Scenario 2: Protracted Conflict, Spheres of Influence: First, is the possibility that protracted conflict will continue since the expectation of victory by the opposition is unrealistic; the balance of power between regime and opposition has periodically shifted, without either side ever getting a permanent upper hand, since neither has the decisive combination of resources to prevail. Indeed, given that the conflict is now at least a three- sided contest among regime, opposition and ISIS, “victory” by any party seems all the more problematic. However, this deepened phase of conflict is likely to be one of increased spheres of influence in which regional actors increase their intervention and seek to consolidate secure territory cleansed of opposition forces. Iran and Hizbollah will seek to consolidate their position in Damascus, Kalamoun, western Homs and Tartous. Jordan and Gulf (and Israel) will support opposition FSA groups in Deraa and Qunaitra. Turkey and Qatar will support Islamist factions in the rural areas of Idlib and Aleppo that seek to overrun the regime-controlled part of Aleppo city. IS will preserve its own state in the East, battling the Kurds, Islamist rivals and the regime. The de-facto separation of the country will harden.
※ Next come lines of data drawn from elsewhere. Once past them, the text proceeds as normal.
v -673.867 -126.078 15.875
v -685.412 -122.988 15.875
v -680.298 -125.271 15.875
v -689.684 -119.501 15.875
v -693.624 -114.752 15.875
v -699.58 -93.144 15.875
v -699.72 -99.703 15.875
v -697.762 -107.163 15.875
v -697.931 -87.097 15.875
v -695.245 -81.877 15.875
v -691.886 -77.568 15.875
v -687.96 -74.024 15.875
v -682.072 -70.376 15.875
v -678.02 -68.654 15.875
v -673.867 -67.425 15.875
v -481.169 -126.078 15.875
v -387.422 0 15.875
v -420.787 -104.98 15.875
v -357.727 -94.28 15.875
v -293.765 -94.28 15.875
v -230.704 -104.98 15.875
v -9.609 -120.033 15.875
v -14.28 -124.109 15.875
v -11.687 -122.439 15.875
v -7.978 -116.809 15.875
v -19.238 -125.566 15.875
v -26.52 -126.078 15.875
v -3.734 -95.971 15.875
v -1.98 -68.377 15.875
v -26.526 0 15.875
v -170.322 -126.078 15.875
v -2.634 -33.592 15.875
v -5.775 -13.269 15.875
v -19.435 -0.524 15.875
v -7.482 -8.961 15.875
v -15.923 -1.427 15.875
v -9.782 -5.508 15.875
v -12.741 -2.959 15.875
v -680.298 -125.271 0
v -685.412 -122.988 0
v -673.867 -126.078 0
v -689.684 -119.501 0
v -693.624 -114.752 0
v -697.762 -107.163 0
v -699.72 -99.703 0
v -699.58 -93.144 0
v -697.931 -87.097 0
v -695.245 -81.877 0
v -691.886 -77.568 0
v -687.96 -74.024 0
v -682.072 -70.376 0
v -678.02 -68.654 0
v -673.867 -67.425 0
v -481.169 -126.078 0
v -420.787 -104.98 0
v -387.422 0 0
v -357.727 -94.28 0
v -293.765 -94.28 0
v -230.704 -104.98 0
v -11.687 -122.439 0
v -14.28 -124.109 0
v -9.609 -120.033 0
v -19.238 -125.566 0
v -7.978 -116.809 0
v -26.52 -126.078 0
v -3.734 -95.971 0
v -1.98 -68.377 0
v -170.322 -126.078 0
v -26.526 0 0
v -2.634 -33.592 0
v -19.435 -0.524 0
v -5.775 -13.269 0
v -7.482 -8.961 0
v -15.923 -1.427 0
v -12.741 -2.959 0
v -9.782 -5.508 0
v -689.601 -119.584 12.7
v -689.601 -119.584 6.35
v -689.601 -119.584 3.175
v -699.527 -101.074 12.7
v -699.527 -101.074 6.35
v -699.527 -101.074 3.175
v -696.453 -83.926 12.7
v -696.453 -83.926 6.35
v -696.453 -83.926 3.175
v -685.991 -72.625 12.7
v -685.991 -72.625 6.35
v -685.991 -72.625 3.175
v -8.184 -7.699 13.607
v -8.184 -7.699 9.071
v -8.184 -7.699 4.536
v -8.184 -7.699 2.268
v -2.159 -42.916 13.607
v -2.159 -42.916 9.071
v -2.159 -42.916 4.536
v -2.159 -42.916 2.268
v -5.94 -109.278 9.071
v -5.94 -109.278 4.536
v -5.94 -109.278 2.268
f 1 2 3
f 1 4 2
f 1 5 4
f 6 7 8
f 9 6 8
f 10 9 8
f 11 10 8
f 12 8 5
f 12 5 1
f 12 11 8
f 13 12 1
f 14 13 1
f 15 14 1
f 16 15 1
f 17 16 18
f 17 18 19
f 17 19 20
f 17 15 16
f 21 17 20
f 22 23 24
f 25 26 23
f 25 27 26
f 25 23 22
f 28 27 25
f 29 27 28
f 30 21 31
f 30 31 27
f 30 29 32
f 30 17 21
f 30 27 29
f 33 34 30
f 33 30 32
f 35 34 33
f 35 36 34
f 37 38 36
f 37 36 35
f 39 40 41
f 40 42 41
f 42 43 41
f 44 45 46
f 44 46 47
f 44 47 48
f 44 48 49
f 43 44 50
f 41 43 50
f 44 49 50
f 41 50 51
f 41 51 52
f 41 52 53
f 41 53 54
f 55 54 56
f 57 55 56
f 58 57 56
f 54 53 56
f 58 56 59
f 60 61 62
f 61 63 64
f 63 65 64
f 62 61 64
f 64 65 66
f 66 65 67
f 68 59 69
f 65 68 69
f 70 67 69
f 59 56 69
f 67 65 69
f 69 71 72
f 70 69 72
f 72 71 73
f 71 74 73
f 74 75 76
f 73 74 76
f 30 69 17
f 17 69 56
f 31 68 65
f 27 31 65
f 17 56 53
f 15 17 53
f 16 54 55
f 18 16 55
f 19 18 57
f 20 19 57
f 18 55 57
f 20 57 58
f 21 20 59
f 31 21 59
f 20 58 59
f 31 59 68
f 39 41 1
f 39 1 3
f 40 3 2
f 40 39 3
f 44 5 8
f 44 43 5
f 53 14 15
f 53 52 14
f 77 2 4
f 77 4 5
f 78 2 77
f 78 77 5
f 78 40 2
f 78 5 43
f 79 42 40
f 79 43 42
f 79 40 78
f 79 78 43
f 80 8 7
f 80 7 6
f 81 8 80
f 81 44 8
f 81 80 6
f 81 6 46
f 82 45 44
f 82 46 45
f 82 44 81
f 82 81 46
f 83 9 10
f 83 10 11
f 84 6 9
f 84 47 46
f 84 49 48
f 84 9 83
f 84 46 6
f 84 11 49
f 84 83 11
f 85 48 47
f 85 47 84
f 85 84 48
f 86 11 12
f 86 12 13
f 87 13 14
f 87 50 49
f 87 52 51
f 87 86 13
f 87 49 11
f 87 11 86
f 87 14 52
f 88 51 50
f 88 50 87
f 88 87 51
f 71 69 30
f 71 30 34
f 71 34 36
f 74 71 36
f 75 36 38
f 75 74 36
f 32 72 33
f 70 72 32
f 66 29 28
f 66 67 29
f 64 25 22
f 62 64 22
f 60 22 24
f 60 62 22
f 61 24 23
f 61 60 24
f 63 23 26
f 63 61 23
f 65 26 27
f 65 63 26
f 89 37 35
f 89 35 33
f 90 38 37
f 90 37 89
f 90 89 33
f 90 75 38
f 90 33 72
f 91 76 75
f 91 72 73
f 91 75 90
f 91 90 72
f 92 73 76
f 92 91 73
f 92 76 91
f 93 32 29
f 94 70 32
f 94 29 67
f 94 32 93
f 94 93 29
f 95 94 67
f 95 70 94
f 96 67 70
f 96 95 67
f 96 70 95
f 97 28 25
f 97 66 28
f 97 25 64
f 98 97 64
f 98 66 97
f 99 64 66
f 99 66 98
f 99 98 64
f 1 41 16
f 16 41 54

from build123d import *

# Parameters (mm, degrees)
F1_DEPTH = 15.875


with BuildPart() as f1:
    # F0 (on Top) → F1 (new body)
    with BuildSketch(Plane.XY):
        with BuildLine():
            ThreePointArc((-481.1693131924, -126.0784417391), (-325.7457315922, -92.9354673726), (-170.322149992, -126.0784417391))
            Line((-170.322149992, -126.0784417391), (-26.5201553702, -126.0784417391))
            add(Edge.make_bspline(
                [(-26.5264435702, 0), (-22.8012421009, 0), (-15.0441017893, -0.5887992114), (-4.523946909, -8.9224252488), (-1.2848955026, -43.9818290546), (-2.1464601557, -87.8940737216), (-5.5661619574, -108.40773937), (-8.9017204849, -121.9981720552), (-16.2298362702, -126.0784417391), (-26.5201553702, -126.0784417391)],
                knots=[0, 0, 0, 0, 0.1056347615, 0.2117991211, 0.3978072021, 0.6134774938, 0.757740991, 0.8658398185, 1, 1, 1, 1], degree=3))
            Line((-26.5264435702, 0), (-387.4219655997, 0))
            Line((-387.4219655997, 0), (-673.8674044609, -67.4248912098))
            add(Edge.make_bspline(
                [(-673.8674044609, -126.0784417391), (-679.4637585278, -126.0784417391), (-689.3936109441, -122.8120563291), (-702.6431348794, -101.4660306081), (-697.3032288028, -82.4590973372), (-686.6043829366, -71.9639539657), (-678.059783005, -68.411713232), (-673.8674044609, -67.4248912098)],
                knots=[0, 0, 0, 0, 0.1911647208, 0.4255862046, 0.63563501, 0.8219403923, 1, 1, 1, 1], degree=3))
            Line((-673.8674044609, -126.0784417391), (-481.1693131924, -126.0784417391))
        make_face()
    extrude(amount=F1_DEPTH)


solid = f1.part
Notwithstanding this, a second possible pathway is the fall of the regime. Nobody was predicting this outcome in the immediate future but regime vulnerabilities have become more apparent and many of its opponents appeared looking forward to such a “victory.” Supposing that the regime did suddenly unravel and collapse, it is not self-evident, however, what would follow and at least three possible pathways had some plausibility and evidence for them could be seen in the presentations at the conference.
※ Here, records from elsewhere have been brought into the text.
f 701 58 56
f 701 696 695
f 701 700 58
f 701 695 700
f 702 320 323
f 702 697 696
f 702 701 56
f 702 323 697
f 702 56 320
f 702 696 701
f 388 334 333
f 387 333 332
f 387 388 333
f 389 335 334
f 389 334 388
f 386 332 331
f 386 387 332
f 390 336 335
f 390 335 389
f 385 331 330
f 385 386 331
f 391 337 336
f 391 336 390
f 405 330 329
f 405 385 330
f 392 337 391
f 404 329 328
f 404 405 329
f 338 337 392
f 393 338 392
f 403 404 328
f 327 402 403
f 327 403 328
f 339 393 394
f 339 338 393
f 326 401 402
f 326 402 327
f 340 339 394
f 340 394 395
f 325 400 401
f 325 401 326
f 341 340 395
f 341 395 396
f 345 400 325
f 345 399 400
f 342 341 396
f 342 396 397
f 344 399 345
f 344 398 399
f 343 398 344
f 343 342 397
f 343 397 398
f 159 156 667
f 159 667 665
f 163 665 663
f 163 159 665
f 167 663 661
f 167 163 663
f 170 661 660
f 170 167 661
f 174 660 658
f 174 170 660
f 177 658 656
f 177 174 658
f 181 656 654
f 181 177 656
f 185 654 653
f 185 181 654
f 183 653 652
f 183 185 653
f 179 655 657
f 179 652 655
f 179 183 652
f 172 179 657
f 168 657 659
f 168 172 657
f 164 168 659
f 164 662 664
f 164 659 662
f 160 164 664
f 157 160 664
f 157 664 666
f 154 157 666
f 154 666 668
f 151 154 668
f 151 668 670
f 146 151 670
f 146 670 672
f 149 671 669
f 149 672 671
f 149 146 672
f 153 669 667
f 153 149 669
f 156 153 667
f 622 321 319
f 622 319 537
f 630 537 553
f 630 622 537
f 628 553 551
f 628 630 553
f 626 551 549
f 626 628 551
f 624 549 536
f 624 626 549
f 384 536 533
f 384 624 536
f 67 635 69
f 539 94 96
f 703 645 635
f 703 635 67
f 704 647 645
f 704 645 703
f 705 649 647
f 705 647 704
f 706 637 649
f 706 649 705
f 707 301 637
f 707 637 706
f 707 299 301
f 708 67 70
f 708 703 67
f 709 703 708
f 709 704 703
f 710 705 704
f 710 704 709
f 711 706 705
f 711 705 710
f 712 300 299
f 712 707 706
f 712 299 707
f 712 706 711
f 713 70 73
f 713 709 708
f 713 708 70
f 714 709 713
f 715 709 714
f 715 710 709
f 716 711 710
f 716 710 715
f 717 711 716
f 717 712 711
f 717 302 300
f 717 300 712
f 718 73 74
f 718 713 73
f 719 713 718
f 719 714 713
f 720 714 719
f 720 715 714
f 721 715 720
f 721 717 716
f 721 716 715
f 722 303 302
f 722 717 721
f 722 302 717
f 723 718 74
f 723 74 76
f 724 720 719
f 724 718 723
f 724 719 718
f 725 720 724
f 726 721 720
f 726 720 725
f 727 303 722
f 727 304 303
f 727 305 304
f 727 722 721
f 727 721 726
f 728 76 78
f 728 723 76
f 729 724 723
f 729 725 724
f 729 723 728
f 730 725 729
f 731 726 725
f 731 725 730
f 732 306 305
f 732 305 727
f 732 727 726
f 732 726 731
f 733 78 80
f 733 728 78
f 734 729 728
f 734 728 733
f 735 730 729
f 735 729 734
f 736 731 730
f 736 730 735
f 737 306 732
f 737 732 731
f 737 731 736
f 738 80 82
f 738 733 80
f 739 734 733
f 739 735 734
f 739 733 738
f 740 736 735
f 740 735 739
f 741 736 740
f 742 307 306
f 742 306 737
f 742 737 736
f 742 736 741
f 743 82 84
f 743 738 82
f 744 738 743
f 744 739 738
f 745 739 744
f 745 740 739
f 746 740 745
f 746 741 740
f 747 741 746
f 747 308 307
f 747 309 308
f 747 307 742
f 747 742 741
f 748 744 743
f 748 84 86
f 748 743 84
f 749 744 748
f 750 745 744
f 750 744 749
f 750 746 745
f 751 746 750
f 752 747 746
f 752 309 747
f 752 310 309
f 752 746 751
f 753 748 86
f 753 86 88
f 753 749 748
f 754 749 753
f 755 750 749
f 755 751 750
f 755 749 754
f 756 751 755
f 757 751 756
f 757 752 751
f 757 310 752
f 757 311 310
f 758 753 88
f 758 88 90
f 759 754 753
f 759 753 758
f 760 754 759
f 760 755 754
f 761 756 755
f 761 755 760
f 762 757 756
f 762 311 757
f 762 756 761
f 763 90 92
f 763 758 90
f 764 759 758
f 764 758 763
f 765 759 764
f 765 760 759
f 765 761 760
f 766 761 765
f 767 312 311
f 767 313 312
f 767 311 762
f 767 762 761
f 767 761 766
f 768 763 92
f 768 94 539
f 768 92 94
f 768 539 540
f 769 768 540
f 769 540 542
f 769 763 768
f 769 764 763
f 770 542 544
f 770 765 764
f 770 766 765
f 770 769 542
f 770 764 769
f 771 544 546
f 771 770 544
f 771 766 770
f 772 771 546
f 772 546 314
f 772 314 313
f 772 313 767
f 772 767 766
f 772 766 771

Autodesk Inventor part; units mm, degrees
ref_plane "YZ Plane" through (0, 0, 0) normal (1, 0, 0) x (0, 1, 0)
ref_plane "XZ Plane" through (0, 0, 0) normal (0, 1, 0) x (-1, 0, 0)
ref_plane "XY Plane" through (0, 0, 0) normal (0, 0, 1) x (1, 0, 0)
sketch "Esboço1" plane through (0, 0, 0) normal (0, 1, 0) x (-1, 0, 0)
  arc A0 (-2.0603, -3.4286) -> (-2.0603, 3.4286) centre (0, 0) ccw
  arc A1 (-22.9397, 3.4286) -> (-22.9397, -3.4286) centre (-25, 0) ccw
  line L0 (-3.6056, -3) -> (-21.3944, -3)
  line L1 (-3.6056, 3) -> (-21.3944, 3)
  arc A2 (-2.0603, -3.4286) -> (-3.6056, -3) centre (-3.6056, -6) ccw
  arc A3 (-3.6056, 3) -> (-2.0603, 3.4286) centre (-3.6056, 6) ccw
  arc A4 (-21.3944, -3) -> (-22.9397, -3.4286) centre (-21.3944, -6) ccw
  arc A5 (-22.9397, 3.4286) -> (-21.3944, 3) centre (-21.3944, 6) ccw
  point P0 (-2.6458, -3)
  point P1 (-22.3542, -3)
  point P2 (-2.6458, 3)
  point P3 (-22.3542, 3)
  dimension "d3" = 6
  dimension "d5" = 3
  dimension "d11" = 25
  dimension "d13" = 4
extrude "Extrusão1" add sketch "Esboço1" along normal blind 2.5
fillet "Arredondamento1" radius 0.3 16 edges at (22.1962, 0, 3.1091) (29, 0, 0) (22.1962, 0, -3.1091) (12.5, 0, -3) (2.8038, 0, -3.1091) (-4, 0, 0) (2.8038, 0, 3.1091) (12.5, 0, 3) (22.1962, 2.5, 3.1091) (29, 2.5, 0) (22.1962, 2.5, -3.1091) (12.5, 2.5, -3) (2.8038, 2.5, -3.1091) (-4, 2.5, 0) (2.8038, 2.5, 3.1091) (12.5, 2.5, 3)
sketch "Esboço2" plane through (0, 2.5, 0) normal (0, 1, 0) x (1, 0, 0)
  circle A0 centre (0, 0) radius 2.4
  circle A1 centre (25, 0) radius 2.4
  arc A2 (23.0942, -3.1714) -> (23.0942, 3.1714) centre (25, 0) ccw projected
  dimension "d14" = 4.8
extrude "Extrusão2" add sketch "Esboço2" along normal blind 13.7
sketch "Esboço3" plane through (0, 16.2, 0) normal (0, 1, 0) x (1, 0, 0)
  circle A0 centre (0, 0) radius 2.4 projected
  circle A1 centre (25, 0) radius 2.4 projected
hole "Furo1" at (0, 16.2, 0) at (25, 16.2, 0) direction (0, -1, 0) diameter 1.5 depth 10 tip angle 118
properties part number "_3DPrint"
Scenario 3: Democratic Transformation: First, for those who put their faith in the power and intentions of “moderate” Islamists, particularly the Muslim Brotherhood as well as in the discourse of the exiled National Coalition, which advocates a civil state, there was hope that regime collapse could lead to democratization, possibly with Islamic characteristics.

Scenario 4: A Caliphate: Other panellists, believed the more radical elements of the opposition had the upper hand on the ground, notably Jabhat al-Nusra, ISIS and various other jihadi groups, making a salafist/jihadist-dominated Islamist state—a “caliphate”—of sorts, the more likely outcome, although this depended on the fractured Islamist groups ability to share power or on the weaker groups bandwagoning with/and submitting to a dominant faction.
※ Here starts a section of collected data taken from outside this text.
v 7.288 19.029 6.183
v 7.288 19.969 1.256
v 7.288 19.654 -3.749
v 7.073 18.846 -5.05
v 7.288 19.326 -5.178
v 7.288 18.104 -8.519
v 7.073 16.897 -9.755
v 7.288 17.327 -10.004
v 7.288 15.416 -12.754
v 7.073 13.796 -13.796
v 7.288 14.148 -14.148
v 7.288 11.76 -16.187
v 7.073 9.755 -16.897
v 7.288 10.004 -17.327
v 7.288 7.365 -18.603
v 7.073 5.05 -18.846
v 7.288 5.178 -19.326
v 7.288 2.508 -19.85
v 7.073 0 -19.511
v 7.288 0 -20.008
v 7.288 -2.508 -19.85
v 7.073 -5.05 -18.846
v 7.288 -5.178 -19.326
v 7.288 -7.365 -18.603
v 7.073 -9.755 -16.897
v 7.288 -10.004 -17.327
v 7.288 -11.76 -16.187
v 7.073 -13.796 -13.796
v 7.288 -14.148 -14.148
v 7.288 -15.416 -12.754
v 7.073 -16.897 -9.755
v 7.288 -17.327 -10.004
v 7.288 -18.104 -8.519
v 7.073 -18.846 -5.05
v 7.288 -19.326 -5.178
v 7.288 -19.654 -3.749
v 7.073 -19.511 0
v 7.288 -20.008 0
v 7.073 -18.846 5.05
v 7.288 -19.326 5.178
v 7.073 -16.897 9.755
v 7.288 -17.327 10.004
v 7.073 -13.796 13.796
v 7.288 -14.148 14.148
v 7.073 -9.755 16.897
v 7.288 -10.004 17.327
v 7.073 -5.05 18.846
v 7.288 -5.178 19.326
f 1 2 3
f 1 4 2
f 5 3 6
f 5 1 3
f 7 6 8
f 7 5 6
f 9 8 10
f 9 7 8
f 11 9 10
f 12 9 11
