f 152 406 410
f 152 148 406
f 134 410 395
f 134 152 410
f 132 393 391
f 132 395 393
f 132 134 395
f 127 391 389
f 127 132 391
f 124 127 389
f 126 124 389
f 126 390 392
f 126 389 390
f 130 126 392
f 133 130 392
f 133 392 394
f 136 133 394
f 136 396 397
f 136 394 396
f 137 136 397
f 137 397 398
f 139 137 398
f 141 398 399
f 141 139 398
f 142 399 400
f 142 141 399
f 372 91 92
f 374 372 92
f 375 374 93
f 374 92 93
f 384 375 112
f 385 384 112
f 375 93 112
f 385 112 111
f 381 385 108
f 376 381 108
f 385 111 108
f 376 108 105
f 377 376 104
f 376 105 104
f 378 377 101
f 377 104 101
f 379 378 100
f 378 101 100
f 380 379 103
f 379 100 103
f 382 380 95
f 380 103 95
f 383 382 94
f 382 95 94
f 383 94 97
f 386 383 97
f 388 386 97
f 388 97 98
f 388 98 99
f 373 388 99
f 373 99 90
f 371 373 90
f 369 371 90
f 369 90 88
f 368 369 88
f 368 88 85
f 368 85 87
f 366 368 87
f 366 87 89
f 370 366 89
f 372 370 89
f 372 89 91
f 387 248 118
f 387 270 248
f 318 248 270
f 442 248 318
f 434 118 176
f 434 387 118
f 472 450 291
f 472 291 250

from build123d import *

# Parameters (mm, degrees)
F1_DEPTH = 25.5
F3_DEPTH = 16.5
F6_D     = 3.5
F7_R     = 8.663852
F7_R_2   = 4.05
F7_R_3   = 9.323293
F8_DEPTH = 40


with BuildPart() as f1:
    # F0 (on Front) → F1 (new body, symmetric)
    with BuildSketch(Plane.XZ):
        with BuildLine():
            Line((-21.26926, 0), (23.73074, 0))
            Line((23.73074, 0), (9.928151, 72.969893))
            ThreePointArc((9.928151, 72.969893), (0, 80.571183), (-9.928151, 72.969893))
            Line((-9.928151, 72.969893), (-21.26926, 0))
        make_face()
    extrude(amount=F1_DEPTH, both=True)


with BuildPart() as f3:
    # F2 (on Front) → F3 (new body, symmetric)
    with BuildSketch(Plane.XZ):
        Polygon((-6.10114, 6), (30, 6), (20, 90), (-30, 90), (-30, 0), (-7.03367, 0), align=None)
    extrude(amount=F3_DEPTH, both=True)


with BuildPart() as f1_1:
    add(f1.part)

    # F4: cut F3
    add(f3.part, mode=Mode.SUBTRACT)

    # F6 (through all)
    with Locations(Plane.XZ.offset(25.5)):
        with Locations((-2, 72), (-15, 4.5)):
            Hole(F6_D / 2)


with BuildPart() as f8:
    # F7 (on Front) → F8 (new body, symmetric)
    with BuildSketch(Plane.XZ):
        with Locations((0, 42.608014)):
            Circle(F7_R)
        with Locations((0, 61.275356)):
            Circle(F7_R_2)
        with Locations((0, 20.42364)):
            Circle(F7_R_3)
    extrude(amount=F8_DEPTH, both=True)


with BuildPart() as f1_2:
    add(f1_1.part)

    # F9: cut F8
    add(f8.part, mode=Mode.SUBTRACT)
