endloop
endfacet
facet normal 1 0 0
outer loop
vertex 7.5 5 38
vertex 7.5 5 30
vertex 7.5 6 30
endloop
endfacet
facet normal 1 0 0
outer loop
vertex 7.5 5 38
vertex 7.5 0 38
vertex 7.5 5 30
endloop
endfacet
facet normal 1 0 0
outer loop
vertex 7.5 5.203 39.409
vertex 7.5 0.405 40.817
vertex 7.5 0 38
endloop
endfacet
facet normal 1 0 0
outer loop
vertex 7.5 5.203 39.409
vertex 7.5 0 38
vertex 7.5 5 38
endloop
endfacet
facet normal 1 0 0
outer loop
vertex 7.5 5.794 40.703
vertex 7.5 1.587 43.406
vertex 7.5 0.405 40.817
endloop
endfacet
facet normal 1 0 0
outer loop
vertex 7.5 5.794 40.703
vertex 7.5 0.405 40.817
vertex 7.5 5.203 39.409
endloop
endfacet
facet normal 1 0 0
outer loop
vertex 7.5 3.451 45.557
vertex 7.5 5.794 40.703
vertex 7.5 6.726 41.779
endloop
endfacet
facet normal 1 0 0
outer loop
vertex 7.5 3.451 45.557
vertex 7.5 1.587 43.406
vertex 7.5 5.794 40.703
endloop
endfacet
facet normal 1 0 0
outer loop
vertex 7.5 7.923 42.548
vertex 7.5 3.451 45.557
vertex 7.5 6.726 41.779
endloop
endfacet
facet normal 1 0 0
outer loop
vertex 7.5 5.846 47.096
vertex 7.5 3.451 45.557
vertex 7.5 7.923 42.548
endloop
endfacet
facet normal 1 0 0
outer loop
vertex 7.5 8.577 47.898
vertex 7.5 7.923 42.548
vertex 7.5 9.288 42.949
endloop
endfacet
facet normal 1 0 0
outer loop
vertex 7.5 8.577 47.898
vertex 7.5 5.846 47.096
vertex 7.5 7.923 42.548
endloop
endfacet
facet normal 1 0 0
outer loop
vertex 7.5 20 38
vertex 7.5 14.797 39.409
Scenario 5: Anarchy: A third possible pathway was fragmentation and deepened struggle for power. In this scenario, the regime might lose control of all or parts of Damascus, but, already considerably de-centralized and “militia-ized”, it and its various local components would remain active in the power struggle and would retrench to more defensive Western parts of the country. Rival jihadi Islamists, including the two al-Qaida avatars, Nusra and IS, would fall on each other in a struggle for dominance. Localized warlords and militias would attempt to defend their own turf, with the PYD in Kurdish areas the most successful. Considerably increased refugees flows, ethnic cleansing and destruction would accompany the power struggle.

At the time of the conference, the preponderance of evidence and opinion could not be said to be behind any one of the scenarios. Mixes of several of them were also possible.